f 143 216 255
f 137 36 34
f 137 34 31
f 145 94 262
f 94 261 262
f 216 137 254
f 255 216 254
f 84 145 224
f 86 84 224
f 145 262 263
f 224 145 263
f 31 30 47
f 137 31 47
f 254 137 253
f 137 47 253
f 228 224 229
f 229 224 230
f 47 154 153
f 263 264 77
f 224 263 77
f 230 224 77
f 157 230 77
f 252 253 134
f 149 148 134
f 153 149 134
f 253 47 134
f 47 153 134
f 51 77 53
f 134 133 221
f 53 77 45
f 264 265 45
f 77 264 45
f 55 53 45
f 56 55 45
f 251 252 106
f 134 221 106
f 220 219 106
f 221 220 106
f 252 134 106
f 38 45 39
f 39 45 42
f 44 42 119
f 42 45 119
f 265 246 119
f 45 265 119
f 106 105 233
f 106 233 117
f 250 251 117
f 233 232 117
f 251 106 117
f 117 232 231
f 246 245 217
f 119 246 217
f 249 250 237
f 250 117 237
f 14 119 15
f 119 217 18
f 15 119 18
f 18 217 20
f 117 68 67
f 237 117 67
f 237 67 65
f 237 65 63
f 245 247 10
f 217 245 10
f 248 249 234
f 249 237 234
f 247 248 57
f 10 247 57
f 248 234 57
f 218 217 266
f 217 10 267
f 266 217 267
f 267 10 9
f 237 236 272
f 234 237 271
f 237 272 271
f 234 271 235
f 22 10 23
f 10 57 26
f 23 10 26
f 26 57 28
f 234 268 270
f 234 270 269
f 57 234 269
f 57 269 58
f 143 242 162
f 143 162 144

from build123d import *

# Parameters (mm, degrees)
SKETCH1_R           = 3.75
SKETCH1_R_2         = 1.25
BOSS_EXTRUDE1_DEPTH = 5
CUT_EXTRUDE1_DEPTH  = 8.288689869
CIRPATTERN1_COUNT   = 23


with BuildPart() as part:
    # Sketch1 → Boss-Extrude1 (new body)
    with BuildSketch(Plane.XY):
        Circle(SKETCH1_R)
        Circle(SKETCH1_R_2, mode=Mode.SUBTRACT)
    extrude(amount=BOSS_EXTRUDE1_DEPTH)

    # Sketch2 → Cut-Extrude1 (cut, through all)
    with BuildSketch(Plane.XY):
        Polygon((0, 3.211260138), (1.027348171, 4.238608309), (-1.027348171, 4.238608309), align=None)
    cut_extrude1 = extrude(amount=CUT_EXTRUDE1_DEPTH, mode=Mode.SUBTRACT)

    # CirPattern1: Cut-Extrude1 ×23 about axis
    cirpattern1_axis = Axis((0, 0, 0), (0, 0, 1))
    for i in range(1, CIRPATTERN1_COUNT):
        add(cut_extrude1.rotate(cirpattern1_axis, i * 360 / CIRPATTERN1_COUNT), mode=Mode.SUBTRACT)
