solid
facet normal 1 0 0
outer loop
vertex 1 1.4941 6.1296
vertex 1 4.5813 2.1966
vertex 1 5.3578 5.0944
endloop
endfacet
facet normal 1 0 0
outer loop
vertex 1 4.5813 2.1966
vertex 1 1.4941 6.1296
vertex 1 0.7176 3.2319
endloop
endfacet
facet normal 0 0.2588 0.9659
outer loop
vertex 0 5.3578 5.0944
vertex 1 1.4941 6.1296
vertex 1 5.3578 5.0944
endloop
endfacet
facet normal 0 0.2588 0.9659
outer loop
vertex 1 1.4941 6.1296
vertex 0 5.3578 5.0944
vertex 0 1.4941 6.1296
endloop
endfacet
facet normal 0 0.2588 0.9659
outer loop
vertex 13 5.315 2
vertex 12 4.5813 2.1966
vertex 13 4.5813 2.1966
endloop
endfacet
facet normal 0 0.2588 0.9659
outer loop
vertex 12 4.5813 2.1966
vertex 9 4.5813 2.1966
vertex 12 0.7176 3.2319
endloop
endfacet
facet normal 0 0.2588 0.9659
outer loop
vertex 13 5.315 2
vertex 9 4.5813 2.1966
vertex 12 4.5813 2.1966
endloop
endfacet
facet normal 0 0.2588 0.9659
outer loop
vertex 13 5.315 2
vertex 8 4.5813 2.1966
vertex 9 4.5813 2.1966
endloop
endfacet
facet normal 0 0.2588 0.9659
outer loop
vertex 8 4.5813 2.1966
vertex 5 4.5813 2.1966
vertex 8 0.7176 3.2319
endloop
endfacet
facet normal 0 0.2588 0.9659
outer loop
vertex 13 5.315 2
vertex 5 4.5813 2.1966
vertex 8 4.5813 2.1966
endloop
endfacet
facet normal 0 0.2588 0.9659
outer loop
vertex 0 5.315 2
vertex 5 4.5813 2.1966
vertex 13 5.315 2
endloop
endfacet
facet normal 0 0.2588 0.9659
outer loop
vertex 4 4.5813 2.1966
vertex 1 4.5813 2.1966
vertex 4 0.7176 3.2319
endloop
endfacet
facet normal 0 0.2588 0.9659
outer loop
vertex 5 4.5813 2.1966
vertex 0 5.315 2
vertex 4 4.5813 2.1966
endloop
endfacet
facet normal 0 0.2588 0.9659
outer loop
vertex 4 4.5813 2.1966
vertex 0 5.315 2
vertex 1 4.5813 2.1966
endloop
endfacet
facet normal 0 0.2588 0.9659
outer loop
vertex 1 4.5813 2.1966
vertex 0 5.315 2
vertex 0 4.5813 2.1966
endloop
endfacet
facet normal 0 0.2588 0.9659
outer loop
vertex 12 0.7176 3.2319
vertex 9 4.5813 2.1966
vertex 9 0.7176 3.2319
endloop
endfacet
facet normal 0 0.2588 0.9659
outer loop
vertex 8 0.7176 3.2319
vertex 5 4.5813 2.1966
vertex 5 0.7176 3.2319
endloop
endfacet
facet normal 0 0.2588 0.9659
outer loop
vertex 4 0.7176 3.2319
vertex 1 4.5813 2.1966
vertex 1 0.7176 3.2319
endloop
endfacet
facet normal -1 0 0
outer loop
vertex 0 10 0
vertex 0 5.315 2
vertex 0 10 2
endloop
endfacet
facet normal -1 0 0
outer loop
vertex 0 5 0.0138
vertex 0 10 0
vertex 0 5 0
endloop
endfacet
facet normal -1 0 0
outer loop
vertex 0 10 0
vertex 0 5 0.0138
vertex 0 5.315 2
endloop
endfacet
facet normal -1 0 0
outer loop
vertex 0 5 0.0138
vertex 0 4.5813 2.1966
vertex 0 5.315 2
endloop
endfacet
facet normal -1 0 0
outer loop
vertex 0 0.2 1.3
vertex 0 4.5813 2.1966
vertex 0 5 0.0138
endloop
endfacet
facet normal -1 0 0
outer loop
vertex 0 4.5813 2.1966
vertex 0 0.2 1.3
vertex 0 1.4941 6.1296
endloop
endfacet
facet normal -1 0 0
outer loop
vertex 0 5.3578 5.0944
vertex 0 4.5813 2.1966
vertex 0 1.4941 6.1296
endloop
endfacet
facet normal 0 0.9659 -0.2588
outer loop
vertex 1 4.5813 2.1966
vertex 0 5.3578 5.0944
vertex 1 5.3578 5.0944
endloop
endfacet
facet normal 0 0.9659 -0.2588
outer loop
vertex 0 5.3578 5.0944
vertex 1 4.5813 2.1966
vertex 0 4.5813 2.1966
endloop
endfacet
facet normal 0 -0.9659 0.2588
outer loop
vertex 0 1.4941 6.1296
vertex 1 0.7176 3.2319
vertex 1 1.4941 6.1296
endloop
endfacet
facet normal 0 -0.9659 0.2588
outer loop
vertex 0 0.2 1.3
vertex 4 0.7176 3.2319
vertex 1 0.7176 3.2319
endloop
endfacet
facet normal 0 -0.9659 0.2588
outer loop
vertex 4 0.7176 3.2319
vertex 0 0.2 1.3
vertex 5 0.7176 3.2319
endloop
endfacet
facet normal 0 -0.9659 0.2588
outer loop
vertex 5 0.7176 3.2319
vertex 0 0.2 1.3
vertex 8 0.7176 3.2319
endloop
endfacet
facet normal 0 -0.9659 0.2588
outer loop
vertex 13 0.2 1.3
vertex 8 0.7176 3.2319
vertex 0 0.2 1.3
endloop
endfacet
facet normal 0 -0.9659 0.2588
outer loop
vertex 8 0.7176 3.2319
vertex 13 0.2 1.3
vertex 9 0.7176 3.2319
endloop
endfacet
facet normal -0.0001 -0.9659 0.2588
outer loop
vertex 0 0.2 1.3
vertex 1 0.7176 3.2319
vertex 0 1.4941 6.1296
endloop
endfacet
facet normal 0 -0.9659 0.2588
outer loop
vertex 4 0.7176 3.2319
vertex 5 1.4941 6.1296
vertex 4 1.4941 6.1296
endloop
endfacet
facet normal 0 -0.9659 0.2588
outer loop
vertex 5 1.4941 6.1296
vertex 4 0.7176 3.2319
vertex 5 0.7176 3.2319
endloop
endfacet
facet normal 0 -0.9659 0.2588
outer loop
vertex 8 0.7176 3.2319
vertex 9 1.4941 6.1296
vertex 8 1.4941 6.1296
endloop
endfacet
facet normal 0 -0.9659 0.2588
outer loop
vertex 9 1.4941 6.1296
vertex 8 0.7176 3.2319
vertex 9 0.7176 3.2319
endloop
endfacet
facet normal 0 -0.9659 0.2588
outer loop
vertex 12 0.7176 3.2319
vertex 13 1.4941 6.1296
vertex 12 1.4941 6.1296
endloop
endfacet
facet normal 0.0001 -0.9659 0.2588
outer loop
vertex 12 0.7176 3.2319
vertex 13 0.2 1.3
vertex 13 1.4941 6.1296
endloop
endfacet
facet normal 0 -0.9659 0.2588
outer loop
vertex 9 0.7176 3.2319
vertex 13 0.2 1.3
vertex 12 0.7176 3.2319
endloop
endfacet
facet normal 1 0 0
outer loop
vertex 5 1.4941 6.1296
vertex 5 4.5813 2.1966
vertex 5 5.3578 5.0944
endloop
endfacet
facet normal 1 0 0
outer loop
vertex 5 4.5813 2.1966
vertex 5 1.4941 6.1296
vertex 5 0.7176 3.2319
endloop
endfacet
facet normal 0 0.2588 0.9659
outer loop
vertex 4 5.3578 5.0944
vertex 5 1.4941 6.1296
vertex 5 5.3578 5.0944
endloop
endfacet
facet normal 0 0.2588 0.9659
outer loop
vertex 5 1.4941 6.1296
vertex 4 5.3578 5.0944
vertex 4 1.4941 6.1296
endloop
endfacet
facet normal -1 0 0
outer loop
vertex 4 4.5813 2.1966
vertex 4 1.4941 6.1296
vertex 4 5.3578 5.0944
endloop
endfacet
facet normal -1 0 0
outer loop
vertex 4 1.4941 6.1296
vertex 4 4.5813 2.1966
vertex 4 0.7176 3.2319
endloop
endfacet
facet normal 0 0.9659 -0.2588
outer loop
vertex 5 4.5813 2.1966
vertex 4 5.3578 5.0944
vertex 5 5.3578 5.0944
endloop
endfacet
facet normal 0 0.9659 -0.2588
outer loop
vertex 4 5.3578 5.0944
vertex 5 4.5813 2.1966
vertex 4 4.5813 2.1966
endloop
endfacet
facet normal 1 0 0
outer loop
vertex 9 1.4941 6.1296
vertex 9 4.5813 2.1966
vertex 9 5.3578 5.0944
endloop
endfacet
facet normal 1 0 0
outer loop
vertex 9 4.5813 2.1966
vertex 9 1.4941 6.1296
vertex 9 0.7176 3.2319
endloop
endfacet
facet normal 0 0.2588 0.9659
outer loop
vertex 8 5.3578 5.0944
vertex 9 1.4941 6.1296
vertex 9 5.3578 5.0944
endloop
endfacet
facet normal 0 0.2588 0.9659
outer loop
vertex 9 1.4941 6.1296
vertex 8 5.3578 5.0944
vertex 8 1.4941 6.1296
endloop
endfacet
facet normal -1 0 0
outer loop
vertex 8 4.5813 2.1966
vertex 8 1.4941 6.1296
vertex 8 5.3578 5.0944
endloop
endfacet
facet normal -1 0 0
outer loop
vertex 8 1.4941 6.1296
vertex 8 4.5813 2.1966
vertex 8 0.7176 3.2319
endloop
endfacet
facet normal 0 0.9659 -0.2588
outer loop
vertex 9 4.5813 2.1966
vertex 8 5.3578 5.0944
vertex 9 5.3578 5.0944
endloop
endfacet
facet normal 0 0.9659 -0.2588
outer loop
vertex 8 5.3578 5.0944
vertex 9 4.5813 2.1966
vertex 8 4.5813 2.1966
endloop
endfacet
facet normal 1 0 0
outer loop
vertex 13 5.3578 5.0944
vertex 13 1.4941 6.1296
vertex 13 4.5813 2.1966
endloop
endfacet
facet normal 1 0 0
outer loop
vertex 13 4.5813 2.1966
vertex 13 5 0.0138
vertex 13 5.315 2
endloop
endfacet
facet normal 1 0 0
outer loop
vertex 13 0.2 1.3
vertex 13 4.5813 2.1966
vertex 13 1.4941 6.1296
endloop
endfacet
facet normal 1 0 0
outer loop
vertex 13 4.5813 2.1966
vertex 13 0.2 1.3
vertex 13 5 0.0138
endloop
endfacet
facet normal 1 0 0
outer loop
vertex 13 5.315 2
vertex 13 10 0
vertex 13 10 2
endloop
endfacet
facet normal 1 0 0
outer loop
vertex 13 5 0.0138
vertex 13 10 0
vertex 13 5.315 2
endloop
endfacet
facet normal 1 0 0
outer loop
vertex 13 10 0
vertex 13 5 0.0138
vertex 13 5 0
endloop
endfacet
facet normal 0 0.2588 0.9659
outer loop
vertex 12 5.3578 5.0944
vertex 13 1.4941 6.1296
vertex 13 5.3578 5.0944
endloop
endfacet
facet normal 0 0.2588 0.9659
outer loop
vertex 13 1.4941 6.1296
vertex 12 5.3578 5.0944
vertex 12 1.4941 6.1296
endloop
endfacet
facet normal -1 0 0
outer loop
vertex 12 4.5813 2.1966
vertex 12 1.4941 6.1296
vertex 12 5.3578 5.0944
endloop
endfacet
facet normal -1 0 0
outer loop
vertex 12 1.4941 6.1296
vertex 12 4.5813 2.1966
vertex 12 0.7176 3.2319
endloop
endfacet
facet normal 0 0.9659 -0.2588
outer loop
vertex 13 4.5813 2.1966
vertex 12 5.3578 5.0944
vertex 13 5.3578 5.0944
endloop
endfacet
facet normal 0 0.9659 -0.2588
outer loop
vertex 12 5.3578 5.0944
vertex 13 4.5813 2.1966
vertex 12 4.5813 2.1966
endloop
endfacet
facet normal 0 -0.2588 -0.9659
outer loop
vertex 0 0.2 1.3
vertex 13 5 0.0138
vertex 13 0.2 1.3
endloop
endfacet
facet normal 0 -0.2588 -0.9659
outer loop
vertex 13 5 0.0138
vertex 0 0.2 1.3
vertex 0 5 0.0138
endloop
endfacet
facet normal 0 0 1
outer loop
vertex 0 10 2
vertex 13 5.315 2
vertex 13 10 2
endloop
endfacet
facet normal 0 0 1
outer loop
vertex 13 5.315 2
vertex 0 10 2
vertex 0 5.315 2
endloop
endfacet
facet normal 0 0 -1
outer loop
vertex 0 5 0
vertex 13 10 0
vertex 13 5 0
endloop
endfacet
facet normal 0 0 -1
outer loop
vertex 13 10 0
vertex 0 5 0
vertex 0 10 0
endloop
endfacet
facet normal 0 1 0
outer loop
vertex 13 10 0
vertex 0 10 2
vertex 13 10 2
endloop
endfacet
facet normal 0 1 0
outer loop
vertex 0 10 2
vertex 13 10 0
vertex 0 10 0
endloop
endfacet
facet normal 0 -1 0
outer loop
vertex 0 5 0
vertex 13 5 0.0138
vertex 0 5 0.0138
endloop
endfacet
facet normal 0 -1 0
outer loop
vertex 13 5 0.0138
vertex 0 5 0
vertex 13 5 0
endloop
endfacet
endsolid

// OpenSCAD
pin_h = 4;
pin_l = 3;
pin_w = 1;
pins_qty = 4;
pin_spacing = 4;
plate_z = 2;
space_between_top_of_plate_and_top_of_pin = 0;

translate([0, .2, 1.3])
rotate([-15, 0, 0]) {
    // pin plate
    cube([(pins_qty - 1) * pin_spacing + 1, pin_h * 1.25, plate_z]);

    // pins
    for (i = [0:1:pins_qty - 1])
        translate([i * pin_spacing, space_between_top_of_plate_and_top_of_pin, plate_z])
            cube([pin_w, pin_h, pin_l]);

}

translate([0, pin_h * 1.25, 0])
    cube([(pins_qty -1) * pin_spacing + 1, 5, plate_z]);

-.-.-

WHAT IS NEEDED — Having output the line that contains "f 249 237 234", stop. Every line before it, back to the first line of the data, must be reproduced exactly.

ANSWER TO THIS EXERCISE —
f 143 216 255
f 137 36 34
f 137 34 31
f 145 94 262
f 94 261 262
f 216 137 254
f 255 216 254
f 84 145 224
f 86 84 224
f 145 262 263
f 224 145 263
f 31 30 47
f 137 31 47
f 254 137 253
f 137 47 253
f 228 224 229
f 229 224 230
f 47 154 153
f 263 264 77
f 224 263 77
f 230 224 77
f 157 230 77
f 252 253 134
f 149 148 134
f 153 149 134
f 253 47 134
f 47 153 134
f 51 77 53
f 134 133 221
f 53 77 45
f 264 265 45
f 77 264 45
f 55 53 45
f 56 55 45
f 251 252 106
f 134 221 106
f 220 219 106
f 221 220 106
f 252 134 106
f 38 45 39
f 39 45 42
f 44 42 119
f 42 45 119
f 265 246 119
f 45 265 119
f 106 105 233
f 106 233 117
f 250 251 117
f 233 232 117
f 251 106 117
f 117 232 231
f 246 245 217
f 119 246 217
f 249 250 237
f 250 117 237
f 14 119 15
f 119 217 18
f 15 119 18
f 18 217 20
f 117 68 67
f 237 117 67
f 237 67 65
f 237 65 63
f 245 247 10
f 217 245 10
f 248 249 234
f 249 237 234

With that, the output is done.